Reproduce word for word the lines between those holding "v -5.2588 4.9659 9" and "v -0.445 1.9499 10", inclusive, and nothing else from the data below.

Collected data
════════════════════
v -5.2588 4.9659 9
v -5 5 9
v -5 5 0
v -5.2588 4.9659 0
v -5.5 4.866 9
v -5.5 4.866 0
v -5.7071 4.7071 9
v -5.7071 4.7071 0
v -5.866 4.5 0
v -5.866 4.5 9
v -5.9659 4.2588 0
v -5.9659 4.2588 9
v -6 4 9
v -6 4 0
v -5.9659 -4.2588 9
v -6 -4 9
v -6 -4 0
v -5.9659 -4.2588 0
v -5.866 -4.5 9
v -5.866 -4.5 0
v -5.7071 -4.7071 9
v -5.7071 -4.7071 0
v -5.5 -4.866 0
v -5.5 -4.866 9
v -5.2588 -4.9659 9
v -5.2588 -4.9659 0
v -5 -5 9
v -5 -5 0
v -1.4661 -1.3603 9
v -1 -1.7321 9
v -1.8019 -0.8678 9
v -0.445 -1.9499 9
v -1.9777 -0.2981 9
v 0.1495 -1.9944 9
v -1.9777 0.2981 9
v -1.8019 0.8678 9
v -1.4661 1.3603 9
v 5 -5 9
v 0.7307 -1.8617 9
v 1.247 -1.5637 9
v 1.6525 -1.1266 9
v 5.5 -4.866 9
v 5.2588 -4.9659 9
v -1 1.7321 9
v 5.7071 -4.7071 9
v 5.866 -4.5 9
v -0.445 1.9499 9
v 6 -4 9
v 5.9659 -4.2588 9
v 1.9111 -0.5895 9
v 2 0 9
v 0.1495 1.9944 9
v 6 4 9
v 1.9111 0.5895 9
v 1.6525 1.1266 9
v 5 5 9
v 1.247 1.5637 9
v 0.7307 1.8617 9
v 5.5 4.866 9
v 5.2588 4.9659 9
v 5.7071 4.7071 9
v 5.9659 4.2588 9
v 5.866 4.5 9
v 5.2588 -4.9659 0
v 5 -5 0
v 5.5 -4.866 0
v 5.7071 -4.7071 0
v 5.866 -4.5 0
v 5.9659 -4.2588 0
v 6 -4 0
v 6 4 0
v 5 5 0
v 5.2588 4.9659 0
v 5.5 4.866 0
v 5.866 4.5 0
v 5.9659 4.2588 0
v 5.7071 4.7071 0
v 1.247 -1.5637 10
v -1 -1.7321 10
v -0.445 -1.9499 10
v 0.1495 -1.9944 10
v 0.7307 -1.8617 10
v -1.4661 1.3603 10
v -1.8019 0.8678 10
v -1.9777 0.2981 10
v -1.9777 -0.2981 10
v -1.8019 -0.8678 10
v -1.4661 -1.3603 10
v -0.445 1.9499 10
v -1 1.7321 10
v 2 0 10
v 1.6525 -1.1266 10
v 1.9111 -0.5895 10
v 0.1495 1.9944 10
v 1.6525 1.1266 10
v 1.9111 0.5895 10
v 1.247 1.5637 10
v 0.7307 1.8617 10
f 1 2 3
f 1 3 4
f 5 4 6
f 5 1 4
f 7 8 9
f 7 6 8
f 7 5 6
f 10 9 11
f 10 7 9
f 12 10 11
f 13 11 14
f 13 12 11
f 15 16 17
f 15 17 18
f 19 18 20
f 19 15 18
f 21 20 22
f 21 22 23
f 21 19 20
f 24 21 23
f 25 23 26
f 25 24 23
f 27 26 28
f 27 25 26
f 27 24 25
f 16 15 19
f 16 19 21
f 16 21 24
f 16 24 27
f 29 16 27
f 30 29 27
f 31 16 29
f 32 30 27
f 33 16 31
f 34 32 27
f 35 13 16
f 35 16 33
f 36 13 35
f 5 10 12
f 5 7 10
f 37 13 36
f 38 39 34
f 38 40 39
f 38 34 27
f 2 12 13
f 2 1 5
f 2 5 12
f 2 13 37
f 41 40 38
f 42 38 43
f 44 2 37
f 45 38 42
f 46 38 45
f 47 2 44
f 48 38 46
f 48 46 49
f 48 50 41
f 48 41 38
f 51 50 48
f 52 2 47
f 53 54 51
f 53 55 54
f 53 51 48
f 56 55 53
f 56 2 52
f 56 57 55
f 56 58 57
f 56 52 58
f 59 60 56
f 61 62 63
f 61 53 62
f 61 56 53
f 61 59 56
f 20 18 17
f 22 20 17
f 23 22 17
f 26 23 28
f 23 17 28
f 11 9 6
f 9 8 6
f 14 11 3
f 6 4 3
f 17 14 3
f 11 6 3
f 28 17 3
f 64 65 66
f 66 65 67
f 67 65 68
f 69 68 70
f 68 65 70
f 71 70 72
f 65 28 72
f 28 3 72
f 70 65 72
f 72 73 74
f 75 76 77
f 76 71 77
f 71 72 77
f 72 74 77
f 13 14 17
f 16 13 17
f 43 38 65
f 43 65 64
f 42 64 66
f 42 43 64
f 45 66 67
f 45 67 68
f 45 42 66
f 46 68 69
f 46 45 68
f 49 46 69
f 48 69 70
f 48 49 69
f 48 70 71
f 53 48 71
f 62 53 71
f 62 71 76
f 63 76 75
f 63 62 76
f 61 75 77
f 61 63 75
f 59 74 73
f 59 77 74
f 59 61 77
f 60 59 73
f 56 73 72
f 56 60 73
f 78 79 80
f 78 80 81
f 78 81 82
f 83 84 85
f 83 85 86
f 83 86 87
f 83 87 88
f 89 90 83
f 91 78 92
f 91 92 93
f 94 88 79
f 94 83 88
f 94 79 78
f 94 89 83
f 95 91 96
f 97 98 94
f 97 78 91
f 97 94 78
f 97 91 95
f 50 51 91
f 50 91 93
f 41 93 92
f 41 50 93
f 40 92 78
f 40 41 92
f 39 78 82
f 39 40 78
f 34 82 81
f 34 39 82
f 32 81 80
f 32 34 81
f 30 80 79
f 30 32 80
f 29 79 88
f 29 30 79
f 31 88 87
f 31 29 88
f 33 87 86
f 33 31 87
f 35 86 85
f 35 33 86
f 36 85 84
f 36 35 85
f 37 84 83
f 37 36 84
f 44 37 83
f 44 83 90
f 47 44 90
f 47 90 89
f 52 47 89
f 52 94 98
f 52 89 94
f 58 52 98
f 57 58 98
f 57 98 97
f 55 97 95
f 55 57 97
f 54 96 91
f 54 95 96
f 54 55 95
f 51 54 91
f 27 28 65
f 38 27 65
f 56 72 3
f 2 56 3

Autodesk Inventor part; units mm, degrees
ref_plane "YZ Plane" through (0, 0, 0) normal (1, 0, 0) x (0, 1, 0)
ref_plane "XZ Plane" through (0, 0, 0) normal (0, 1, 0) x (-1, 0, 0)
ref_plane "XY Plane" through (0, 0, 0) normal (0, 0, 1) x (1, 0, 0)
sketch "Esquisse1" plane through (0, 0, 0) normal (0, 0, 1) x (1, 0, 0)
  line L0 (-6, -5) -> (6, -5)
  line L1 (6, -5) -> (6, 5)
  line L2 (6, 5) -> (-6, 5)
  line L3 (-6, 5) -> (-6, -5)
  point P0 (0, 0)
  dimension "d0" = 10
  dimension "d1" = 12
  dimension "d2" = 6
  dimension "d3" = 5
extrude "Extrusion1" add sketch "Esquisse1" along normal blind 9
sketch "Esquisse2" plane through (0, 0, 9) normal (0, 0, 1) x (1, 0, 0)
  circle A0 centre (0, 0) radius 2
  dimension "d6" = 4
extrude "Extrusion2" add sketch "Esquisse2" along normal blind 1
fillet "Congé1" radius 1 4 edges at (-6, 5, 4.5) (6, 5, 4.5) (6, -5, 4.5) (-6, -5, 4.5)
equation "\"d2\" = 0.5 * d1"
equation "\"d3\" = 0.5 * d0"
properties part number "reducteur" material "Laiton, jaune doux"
════════════════════
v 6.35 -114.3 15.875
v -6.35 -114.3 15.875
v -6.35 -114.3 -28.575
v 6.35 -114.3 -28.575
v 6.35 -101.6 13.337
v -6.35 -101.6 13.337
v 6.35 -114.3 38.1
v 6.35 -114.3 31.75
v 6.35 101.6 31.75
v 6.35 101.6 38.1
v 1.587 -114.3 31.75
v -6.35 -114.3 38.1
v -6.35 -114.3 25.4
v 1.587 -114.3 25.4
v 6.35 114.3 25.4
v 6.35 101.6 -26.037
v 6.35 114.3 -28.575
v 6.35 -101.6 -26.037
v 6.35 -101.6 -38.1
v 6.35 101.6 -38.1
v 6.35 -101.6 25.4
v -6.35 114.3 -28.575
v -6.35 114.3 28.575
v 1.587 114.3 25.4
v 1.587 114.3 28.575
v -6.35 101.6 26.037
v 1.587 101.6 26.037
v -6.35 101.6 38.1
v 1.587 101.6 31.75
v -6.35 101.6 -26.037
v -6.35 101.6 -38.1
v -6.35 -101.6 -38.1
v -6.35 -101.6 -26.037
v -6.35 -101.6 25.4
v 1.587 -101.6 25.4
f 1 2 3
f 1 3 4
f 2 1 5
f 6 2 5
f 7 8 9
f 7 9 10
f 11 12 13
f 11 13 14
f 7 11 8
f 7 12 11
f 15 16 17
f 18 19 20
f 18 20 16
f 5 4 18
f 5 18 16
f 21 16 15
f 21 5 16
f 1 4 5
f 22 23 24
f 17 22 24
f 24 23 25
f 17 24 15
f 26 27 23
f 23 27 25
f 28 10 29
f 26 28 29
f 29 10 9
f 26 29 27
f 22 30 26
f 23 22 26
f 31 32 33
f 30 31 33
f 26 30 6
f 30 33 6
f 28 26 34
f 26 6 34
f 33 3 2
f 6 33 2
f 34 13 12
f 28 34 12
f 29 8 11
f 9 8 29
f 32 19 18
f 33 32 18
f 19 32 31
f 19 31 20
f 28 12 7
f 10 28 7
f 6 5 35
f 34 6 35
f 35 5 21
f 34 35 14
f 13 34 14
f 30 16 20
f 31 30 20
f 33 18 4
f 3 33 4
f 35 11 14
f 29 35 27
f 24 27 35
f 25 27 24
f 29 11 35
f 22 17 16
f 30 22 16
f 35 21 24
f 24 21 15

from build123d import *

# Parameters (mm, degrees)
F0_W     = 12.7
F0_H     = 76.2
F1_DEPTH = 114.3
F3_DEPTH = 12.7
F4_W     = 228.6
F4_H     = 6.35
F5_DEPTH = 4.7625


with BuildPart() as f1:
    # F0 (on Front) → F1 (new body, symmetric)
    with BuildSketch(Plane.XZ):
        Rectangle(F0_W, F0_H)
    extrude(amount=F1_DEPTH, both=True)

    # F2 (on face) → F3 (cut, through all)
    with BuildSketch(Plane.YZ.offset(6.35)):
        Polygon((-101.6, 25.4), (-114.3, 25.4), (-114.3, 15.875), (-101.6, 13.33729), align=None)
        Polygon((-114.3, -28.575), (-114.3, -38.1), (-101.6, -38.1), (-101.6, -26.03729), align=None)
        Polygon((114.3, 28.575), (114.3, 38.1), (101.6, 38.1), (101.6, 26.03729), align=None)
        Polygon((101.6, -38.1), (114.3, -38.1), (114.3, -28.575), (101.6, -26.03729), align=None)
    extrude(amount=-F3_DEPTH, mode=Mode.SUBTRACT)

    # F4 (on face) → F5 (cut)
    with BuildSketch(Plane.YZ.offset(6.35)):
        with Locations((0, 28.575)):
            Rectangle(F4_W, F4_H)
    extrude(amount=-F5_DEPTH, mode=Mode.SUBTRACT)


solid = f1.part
════════════════════
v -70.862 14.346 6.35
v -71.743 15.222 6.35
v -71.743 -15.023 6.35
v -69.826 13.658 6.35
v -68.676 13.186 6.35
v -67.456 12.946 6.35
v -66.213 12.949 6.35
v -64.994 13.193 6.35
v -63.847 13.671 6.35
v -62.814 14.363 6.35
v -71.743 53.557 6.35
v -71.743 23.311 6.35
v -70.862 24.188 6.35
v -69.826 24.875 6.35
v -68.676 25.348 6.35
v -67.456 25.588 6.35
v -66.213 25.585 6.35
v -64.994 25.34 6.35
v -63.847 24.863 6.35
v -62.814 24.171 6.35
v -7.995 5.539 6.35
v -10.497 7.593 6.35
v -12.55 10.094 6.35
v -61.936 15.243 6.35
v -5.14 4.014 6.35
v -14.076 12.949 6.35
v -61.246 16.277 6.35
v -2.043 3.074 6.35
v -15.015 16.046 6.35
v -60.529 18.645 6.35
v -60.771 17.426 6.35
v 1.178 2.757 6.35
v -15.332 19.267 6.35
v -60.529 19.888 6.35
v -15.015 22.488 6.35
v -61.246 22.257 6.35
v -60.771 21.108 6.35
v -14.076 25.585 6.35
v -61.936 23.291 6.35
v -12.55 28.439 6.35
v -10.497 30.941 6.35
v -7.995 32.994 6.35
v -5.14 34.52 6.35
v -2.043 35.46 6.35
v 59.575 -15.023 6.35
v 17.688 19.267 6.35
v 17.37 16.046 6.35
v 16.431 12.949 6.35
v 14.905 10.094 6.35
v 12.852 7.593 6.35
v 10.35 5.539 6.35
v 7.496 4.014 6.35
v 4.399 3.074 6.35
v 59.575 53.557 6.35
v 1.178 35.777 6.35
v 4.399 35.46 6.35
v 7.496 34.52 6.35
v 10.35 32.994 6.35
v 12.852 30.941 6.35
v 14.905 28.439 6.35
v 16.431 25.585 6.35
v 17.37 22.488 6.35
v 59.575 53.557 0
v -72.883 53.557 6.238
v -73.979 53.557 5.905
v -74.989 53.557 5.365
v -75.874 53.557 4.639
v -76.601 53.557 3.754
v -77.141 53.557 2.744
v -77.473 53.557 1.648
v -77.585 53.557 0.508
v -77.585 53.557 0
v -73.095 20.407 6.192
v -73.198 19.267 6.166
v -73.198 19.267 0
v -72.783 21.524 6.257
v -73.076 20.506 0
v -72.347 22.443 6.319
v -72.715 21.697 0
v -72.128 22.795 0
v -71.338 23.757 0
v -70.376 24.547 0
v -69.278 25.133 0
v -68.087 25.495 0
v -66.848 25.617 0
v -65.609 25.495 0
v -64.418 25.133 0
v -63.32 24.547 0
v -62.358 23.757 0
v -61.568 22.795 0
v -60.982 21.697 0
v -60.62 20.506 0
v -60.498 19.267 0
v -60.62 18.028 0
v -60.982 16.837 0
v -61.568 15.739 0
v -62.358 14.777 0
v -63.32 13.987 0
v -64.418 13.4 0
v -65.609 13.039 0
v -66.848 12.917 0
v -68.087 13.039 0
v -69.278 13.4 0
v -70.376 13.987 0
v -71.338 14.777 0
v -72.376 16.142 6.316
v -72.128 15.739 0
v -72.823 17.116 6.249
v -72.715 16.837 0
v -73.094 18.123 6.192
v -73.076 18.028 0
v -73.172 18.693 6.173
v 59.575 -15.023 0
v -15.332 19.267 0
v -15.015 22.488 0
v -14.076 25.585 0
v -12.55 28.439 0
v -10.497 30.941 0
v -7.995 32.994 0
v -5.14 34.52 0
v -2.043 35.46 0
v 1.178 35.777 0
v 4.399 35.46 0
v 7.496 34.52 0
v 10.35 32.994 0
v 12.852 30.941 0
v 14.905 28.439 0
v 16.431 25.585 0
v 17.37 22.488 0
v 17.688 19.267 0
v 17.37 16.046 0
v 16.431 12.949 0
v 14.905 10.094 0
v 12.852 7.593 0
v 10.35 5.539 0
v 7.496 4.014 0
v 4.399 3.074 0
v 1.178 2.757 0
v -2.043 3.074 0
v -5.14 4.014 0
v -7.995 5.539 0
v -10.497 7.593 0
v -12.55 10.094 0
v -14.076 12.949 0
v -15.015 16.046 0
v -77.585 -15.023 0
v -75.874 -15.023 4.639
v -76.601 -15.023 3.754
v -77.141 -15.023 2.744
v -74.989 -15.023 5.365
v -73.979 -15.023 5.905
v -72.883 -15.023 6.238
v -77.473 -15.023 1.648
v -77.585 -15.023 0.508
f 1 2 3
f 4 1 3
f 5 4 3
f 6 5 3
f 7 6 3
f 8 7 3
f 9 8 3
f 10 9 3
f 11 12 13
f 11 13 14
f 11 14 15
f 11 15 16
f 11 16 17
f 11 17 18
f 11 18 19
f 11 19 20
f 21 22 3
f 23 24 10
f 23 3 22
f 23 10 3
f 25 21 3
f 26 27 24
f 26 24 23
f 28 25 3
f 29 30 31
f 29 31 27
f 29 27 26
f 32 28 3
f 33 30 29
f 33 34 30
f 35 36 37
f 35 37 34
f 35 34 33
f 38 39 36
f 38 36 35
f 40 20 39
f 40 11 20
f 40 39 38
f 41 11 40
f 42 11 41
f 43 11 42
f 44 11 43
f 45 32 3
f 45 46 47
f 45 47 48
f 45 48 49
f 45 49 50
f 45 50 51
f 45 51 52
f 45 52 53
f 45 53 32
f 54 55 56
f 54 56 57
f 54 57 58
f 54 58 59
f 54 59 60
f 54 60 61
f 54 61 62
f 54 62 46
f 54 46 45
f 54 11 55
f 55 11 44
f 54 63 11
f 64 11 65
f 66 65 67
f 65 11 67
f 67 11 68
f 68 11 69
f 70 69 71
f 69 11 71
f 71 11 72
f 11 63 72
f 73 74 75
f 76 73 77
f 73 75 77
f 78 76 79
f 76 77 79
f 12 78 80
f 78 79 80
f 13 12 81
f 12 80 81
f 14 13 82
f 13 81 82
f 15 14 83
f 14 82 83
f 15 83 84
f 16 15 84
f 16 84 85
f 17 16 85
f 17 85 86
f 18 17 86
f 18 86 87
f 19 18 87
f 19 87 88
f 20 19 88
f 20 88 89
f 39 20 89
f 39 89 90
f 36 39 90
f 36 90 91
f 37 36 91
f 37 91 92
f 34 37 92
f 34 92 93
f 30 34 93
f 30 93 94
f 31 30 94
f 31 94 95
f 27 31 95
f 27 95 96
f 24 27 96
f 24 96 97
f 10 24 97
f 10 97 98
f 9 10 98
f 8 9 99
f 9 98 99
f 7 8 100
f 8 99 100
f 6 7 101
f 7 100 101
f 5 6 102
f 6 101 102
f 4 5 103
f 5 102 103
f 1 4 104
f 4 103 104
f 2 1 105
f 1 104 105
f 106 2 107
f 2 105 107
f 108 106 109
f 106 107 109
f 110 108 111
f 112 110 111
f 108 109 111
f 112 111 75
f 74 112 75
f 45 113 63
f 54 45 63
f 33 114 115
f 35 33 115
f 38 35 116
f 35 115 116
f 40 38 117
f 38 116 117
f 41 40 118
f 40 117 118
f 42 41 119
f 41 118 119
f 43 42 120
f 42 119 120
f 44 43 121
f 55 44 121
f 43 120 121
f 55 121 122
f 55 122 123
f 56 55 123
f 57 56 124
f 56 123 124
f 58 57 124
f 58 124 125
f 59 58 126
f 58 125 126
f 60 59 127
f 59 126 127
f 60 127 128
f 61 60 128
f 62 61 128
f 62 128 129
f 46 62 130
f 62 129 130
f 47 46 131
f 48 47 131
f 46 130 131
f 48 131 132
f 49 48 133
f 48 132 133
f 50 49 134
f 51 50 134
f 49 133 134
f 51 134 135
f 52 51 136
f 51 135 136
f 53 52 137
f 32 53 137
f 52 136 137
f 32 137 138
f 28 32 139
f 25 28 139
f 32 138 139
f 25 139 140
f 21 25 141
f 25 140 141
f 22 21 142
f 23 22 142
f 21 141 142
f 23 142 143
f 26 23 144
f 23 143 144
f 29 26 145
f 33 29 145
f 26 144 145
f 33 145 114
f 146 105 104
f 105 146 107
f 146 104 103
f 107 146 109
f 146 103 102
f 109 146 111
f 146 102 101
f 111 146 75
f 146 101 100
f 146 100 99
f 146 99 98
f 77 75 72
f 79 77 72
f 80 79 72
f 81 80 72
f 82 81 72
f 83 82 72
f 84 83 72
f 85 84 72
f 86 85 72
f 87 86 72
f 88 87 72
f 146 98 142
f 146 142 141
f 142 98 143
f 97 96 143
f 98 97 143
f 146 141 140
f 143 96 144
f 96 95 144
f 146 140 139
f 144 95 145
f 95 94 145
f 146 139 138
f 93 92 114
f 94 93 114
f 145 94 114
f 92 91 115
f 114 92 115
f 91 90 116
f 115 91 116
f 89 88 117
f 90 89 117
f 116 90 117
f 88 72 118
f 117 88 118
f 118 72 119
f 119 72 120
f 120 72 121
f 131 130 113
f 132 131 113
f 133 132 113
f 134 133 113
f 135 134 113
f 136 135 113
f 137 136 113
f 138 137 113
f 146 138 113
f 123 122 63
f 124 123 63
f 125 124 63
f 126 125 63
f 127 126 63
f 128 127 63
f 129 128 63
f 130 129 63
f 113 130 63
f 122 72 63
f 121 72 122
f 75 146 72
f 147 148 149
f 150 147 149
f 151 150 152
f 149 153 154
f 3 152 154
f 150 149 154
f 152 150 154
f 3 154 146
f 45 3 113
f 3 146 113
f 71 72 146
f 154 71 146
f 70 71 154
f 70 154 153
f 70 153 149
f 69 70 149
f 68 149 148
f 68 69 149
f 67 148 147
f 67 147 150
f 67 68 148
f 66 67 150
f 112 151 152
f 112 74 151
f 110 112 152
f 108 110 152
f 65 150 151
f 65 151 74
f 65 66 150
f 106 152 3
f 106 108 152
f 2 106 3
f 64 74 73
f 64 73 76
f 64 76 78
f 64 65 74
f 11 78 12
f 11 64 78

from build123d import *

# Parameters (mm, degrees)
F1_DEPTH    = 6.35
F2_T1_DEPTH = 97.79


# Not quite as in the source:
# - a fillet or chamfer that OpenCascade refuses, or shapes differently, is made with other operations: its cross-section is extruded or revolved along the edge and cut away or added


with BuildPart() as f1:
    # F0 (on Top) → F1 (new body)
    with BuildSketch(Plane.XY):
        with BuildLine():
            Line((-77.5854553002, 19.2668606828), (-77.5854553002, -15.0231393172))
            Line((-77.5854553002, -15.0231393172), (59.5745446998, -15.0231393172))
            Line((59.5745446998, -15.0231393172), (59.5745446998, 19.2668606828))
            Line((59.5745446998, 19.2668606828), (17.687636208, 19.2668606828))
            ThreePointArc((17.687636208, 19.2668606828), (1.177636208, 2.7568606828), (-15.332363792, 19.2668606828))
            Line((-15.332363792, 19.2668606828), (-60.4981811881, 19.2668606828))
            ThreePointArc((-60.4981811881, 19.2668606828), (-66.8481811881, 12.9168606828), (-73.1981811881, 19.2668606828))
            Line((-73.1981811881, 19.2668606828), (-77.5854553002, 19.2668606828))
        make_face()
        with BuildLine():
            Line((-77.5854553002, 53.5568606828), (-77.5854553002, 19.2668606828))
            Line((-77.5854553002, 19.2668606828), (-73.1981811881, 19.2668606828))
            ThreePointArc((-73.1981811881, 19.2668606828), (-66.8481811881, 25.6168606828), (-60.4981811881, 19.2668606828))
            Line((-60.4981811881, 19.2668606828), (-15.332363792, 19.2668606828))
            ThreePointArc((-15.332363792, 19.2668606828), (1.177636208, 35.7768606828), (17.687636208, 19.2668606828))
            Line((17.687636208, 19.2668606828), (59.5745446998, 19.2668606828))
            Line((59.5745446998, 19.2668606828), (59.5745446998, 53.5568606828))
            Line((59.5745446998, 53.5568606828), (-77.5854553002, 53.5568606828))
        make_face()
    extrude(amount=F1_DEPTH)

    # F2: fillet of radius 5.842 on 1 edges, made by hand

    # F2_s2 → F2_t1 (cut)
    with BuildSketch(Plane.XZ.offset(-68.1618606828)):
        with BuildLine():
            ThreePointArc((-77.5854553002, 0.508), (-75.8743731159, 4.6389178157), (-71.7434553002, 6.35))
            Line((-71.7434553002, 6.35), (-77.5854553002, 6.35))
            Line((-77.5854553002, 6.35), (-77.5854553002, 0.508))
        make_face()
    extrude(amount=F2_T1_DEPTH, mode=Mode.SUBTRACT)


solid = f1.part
════════════════════
• Result of this task:
v -5.2588 4.9659 9
v -5 5 9
v -5 5 0
v -5.2588 4.9659 0
v -5.5 4.866 9
v -5.5 4.866 0
v -5.7071 4.7071 9
v -5.7071 4.7071 0
v -5.866 4.5 0
v -5.866 4.5 9
v -5.9659 4.2588 0
v -5.9659 4.2588 9
v -6 4 9
v -6 4 0
v -5.9659 -4.2588 9
v -6 -4 9
v -6 -4 0
v -5.9659 -4.2588 0
v -5.866 -4.5 9
v -5.866 -4.5 0
v -5.7071 -4.7071 9
v -5.7071 -4.7071 0
v -5.5 -4.866 0
v -5.5 -4.866 9
v -5.2588 -4.9659 9
v -5.2588 -4.9659 0
v -5 -5 9
v -5 -5 0
v -1.4661 -1.3603 9
v -1 -1.7321 9
v -1.8019 -0.8678 9
v -0.445 -1.9499 9
v -1.9777 -0.2981 9
v 0.1495 -1.9944 9
v -1.9777 0.2981 9
v -1.8019 0.8678 9
v -1.4661 1.3603 9
v 5 -5 9
v 0.7307 -1.8617 9
v 1.247 -1.5637 9
v 1.6525 -1.1266 9
v 5.5 -4.866 9
v 5.2588 -4.9659 9
v -1 1.7321 9
v 5.7071 -4.7071 9
v 5.866 -4.5 9
v -0.445 1.9499 9
v 6 -4 9
v 5.9659 -4.2588 9
v 1.9111 -0.5895 9
v 2 0 9
v 0.1495 1.9944 9
v 6 4 9
v 1.9111 0.5895 9
v 1.6525 1.1266 9
v 5 5 9
v 1.247 1.5637 9
v 0.7307 1.8617 9
v 5.5 4.866 9
v 5.2588 4.9659 9
v 5.7071 4.7071 9
v 5.9659 4.2588 9
v 5.866 4.5 9
v 5.2588 -4.9659 0
v 5 -5 0
v 5.5 -4.866 0
v 5.7071 -4.7071 0
v 5.866 -4.5 0
v 5.9659 -4.2588 0
v 6 -4 0
v 6 4 0
v 5 5 0
v 5.2588 4.9659 0
v 5.5 4.866 0
v 5.866 4.5 0
v 5.9659 4.2588 0
v 5.7071 4.7071 0
v 1.247 -1.5637 10
v -1 -1.7321 10
v -0.445 -1.9499 10
v 0.1495 -1.9944 10
v 0.7307 -1.8617 10
v -1.4661 1.3603 10
v -1.8019 0.8678 10
v -1.9777 0.2981 10
v -1.9777 -0.2981 10
v -1.8019 -0.8678 10
v -1.4661 -1.3603 10
v -0.445 1.9499 10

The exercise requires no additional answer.